In case ${\displaystyle {\bar {r}}_{1}\times {\bar {r}}_{2}\ }$ is zero, i.e. ${\displaystyle {\bar {r}}_{1}}$ and ${\displaystyle {\bar {r}}_{2}\ }$ have opposite directions, all orbital planes containing corresponding line are equally adequate and the transfer angle ${\displaystyle \alpha }$ for the first passage through ${\displaystyle {\bar {r}}_{2}}$ will be ${\displaystyle 180^{\circ }}$.
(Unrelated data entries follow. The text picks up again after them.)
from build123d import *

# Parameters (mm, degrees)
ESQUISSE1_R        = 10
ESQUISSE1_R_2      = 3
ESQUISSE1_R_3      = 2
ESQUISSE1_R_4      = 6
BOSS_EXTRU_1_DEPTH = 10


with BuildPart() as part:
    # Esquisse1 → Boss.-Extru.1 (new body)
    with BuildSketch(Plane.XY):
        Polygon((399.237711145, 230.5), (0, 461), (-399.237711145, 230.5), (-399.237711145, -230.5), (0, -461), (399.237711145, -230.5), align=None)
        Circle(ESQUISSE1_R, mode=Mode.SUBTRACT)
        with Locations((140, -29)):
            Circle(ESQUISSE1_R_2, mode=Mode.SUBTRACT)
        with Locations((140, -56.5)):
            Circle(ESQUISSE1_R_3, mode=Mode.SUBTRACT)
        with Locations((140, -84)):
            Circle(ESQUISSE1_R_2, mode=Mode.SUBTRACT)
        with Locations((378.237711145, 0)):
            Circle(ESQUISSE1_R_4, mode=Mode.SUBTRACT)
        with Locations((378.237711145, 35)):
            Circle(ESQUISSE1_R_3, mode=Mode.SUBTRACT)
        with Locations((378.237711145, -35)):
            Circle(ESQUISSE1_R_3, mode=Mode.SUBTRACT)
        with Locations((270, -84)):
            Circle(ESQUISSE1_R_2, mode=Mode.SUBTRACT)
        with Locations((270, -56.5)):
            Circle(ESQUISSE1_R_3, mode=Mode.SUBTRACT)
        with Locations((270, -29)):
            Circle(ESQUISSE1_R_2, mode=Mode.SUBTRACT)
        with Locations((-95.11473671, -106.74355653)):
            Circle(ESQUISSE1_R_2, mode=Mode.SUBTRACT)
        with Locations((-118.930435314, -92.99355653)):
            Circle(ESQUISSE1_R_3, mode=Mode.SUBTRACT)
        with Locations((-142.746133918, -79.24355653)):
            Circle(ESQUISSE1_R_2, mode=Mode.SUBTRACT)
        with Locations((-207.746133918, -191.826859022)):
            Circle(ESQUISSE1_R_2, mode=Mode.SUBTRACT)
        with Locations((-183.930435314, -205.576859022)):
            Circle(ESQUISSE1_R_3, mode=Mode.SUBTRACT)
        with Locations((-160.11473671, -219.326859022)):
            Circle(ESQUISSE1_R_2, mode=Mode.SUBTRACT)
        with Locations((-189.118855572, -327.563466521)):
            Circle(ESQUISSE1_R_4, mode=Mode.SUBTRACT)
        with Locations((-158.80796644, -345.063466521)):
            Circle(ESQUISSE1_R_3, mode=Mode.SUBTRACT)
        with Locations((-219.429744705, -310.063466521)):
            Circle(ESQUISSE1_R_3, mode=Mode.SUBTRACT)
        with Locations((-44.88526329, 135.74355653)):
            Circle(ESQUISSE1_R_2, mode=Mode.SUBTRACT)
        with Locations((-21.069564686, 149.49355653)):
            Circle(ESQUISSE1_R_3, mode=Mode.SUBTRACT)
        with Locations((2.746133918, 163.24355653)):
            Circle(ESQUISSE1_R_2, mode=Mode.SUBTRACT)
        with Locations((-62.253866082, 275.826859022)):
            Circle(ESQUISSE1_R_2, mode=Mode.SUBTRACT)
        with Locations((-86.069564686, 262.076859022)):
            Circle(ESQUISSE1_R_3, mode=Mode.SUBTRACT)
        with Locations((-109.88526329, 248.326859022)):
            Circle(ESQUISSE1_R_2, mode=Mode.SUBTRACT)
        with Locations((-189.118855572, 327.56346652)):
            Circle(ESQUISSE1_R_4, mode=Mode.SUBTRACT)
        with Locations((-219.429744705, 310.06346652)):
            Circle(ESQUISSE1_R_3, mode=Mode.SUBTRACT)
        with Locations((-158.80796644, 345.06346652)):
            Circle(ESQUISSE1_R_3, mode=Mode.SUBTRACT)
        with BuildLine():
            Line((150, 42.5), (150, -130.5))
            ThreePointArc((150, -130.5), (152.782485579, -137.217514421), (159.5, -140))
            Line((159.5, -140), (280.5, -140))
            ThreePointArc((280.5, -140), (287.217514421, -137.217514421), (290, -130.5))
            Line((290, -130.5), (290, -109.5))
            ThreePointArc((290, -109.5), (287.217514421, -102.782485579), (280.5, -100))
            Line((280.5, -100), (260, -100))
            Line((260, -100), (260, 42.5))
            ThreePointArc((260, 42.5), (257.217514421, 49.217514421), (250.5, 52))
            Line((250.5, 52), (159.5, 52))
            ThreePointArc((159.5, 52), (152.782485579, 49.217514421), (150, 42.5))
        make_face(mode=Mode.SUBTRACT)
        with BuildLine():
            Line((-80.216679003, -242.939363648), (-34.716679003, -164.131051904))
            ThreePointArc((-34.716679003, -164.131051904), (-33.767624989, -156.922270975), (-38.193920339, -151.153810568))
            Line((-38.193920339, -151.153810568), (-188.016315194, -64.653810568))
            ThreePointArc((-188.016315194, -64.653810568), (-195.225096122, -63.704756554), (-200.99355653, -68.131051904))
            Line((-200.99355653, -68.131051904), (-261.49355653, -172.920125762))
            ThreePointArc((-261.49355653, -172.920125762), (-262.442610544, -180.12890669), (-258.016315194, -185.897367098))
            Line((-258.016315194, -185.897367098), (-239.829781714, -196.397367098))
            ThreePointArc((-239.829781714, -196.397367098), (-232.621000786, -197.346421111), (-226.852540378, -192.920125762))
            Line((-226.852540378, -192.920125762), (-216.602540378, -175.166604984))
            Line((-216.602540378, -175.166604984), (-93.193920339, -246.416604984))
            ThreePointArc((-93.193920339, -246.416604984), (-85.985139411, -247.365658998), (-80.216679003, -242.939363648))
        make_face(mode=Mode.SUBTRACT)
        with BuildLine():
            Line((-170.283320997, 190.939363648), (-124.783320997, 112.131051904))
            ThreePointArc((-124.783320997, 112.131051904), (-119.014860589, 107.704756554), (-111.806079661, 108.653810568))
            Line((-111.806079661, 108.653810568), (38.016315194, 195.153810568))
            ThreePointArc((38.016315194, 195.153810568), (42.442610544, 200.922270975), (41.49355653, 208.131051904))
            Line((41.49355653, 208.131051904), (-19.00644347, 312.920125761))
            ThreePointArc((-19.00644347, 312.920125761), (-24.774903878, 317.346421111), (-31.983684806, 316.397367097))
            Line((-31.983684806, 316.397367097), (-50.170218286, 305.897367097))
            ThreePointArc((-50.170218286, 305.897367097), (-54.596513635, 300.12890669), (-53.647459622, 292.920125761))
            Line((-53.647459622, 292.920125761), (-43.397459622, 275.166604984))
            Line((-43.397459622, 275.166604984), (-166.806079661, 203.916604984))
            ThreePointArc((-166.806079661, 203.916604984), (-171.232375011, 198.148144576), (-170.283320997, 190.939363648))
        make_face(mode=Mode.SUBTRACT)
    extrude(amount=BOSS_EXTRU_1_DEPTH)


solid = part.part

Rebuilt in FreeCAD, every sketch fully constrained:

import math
import FreeCAD as App
import Part
import Sketcher
from FreeCAD import Vector
Q = App.Units.Quantity

doc = App.newDocument("Part")
body = doc.addObject("PartDesign::Body", "Body")

# Sketch on XY plane
sketch1 = body.newObject("Sketcher::SketchObject", "Sketch")
sketch1.AttachmentSupport = (doc.getObject("XY_Plane"), [""])
sketch1.MapMode = "FlatFace"
sketch1.addGeometry([
    Part.LineSegment(Vector(399.237711, 230.5, 0), Vector(0, 461, 0)),  # 0
    Part.LineSegment(Vector(0, 461, 0), Vector(-399.237711, 230.5, 0)),  # 1
    Part.LineSegment(Vector(-399.237711, 230.5, 0), Vector(-399.237711, -230.5, 0)),  # 2
    Part.LineSegment(Vector(-399.237711, -230.5, 0), Vector(0, -461, 0)),  # 3
    Part.LineSegment(Vector(0, -461, 0), Vector(399.237711, -230.5, 0)),  # 4
    Part.LineSegment(Vector(399.237711, -230.5, 0), Vector(399.237711, 230.5, 0)),  # 5
    Part.Circle(Vector(-189.118856, -327.563467, 0), Vector(0, 0, 1), 6),  # 6
    Part.Circle(Vector(-219.429745, -310.063467, 0), Vector(0, 0, 1), 2),  # 7
    Part.Circle(Vector(-158.807966, -345.063467, 0), Vector(0, 0, 1), 2),  # 8
    Part.Circle(Vector(-183.930435, -205.576859, 0), Vector(0, 0, 1), 2),  # 9
    Part.Circle(Vector(-207.746134, -191.826859, 0), Vector(0, 0, 1), 3),  # 10
    Part.Circle(Vector(-160.114737, -219.326859, 0), Vector(0, 0, 1), 3),  # 11
    Part.LineSegment(Vector(-34.716679, -164.131052, 0), Vector(-80.216679, -242.939364, 0)),  # 12
    Part.ArcOfCircle(Part.Circle(Vector(-88.44392, -238.189364, 0), Vector(0, 0, 1), 9.5), math.radians(-120), math.radians(-30)),  # 13
    Part.LineSegment(Vector(-93.19392, -246.416605, 0), Vector(-216.60254, -175.166605, 0)),  # 14
    Part.LineSegment(Vector(-216.60254, -175.166605, 0), Vector(-226.85254, -192.920126, 0)),  # 15
    Part.ArcOfCircle(Part.Circle(Vector(-235.079782, -188.170126, 0), Vector(0, 0, 1), 9.5), math.radians(-120), math.radians(-30)),  # 16
    Part.LineSegment(Vector(-239.829782, -196.397367, 0), Vector(-258.016315, -185.897367, 0)),  # 17
    Part.ArcOfCircle(Part.Circle(Vector(-253.266315, -177.670126, 0), Vector(0, 0, 1), 9.5), math.radians(150), math.radians(240)),  # 18
    Part.LineSegment(Vector(-261.493557, -172.920126, 0), Vector(-200.993557, -68.131052, 0)),  # 19
    Part.ArcOfCircle(Part.Circle(Vector(-192.766315, -72.881052, 0), Vector(0, 0, 1), 9.5), math.radians(60), math.radians(150)),  # 20
    Part.LineSegment(Vector(-188.016315, -64.653811, 0), Vector(-38.19392, -151.153811, 0)),  # 21
    Part.ArcOfCircle(Part.Circle(Vector(-42.94392, -159.381052, 0), Vector(0, 0, 1), 9.5), math.radians(-30), math.radians(60)),  # 22
    Part.Circle(Vector(-118.930435, -92.993557, 0), Vector(0, 0, 1), 2),  # 23
    Part.Circle(Vector(-142.746134, -79.243557, 0), Vector(0, 0, 1), 3),  # 24
    Part.Circle(Vector(-95.114737, -106.743557, 0), Vector(0, 0, 1), 3),  # 25
    Part.Circle(Vector(140, -84, 0), Vector(0, 0, 1), 3),  # 26
    Part.Circle(Vector(140, -56.5, 0), Vector(0, 0, 1), 2),  # 27
    Part.Circle(Vector(140, -29, 0), Vector(0, 0, 1), 3),  # 28
    Part.LineSegment(Vector(150, -130.5, 0), Vector(150, 42.5, 0)),  # 29
    Part.ArcOfCircle(Part.Circle(Vector(159.5, 42.5, 0), Vector(0, 0, 1), 9.5), math.radians(90), math.radians(180)),  # 30
    Part.LineSegment(Vector(159.5, 52, 0), Vector(250.5, 52, 0)),  # 31
    Part.ArcOfCircle(Part.Circle(Vector(250.5, 42.5, 0), Vector(0, 0, 1), 9.5), math.radians(0), math.radians(90)),  # 32
    Part.LineSegment(Vector(260, 42.5, 0), Vector(260, -100, 0)),  # 33
    Part.LineSegment(Vector(260, -100, 0), Vector(280.5, -100, 0)),  # 34
    Part.ArcOfCircle(Part.Circle(Vector(280.5, -109.5, 0), Vector(0, 0, 1), 9.5), math.radians(0), math.radians(90)),  # 35
    Part.LineSegment(Vector(290, -109.5, 0), Vector(290, -130.5, 0)),  # 36
    Part.ArcOfCircle(Part.Circle(Vector(280.5, -130.5, 0), Vector(0, 0, 1), 9.5), math.radians(-90), math.radians(0)),  # 37
    Part.LineSegment(Vector(280.5, -140, 0), Vector(159.5, -140, 0)),  # 38
    Part.ArcOfCircle(Part.Circle(Vector(159.5, -130.5, 0), Vector(0, 0, 1), 9.5), math.radians(-180), math.radians(-90)),  # 39
    Part.Circle(Vector(270, -84, 0), Vector(0, 0, 1), 3),  # 40
    Part.Circle(Vector(270, -56.5, 0), Vector(0, 0, 1), 2),  # 41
For any ${\displaystyle \alpha }$ with ${\displaystyle \ 0<\alpha <\infty }$ the triangle formed by ${\displaystyle P_{1}\ }$, ${\displaystyle P_{2}\ }$ and ${\displaystyle F_{1}\ }$ are as in figure 1 with

${\displaystyle d={\frac {\sqrt {{r_{1}}^{2}+{r_{2}}^{2}-2r_{1}r_{2}\cos \alpha }}{2}}\quad (7)}$

and the semi-major axis (with sign!) of the hyperbola discussed above is

${\displaystyle A={\frac {r_{2}-r_{1}}{2}}\quad (8)}$

The eccentricity (with sign!) for the hyperbola is

${\displaystyle E={\frac {d}{A}}\quad (9)}$

and the semi-minor axis is

${\displaystyle B=|A|{\sqrt {E^{2}-1}}={\sqrt {d^{2}-A^{2}}}\quad (10)}$

The coordinates of the point ${\displaystyle F_{1}\ }$ relative the canonical coordinate system for the hyperbola are (note that ${\displaystyle E}$ has the sign of ${\displaystyle r_{2}-r_{1}}$)

${\displaystyle x_{0}=-{\frac {r_{m}}{E}}\quad (11)}$
${\displaystyle y_{0}=B{\sqrt {{\left({\frac {x_{0}}{A}}\right)}^{2}-1}}\quad (12)}$

where

${\displaystyle r_{m}={\frac {r_{2}+r_{1}}{2}}\quad (13)}$

Using the y-coordinate of the point ${\displaystyle F_{2}\ }$ on the other branch of the hyperbola as free parameter the x-coordinate of ${\displaystyle F_{2}\ }$ is (note that ${\displaystyle A}$ has the sign of ${\displaystyle r_{2}-r_{1}}$)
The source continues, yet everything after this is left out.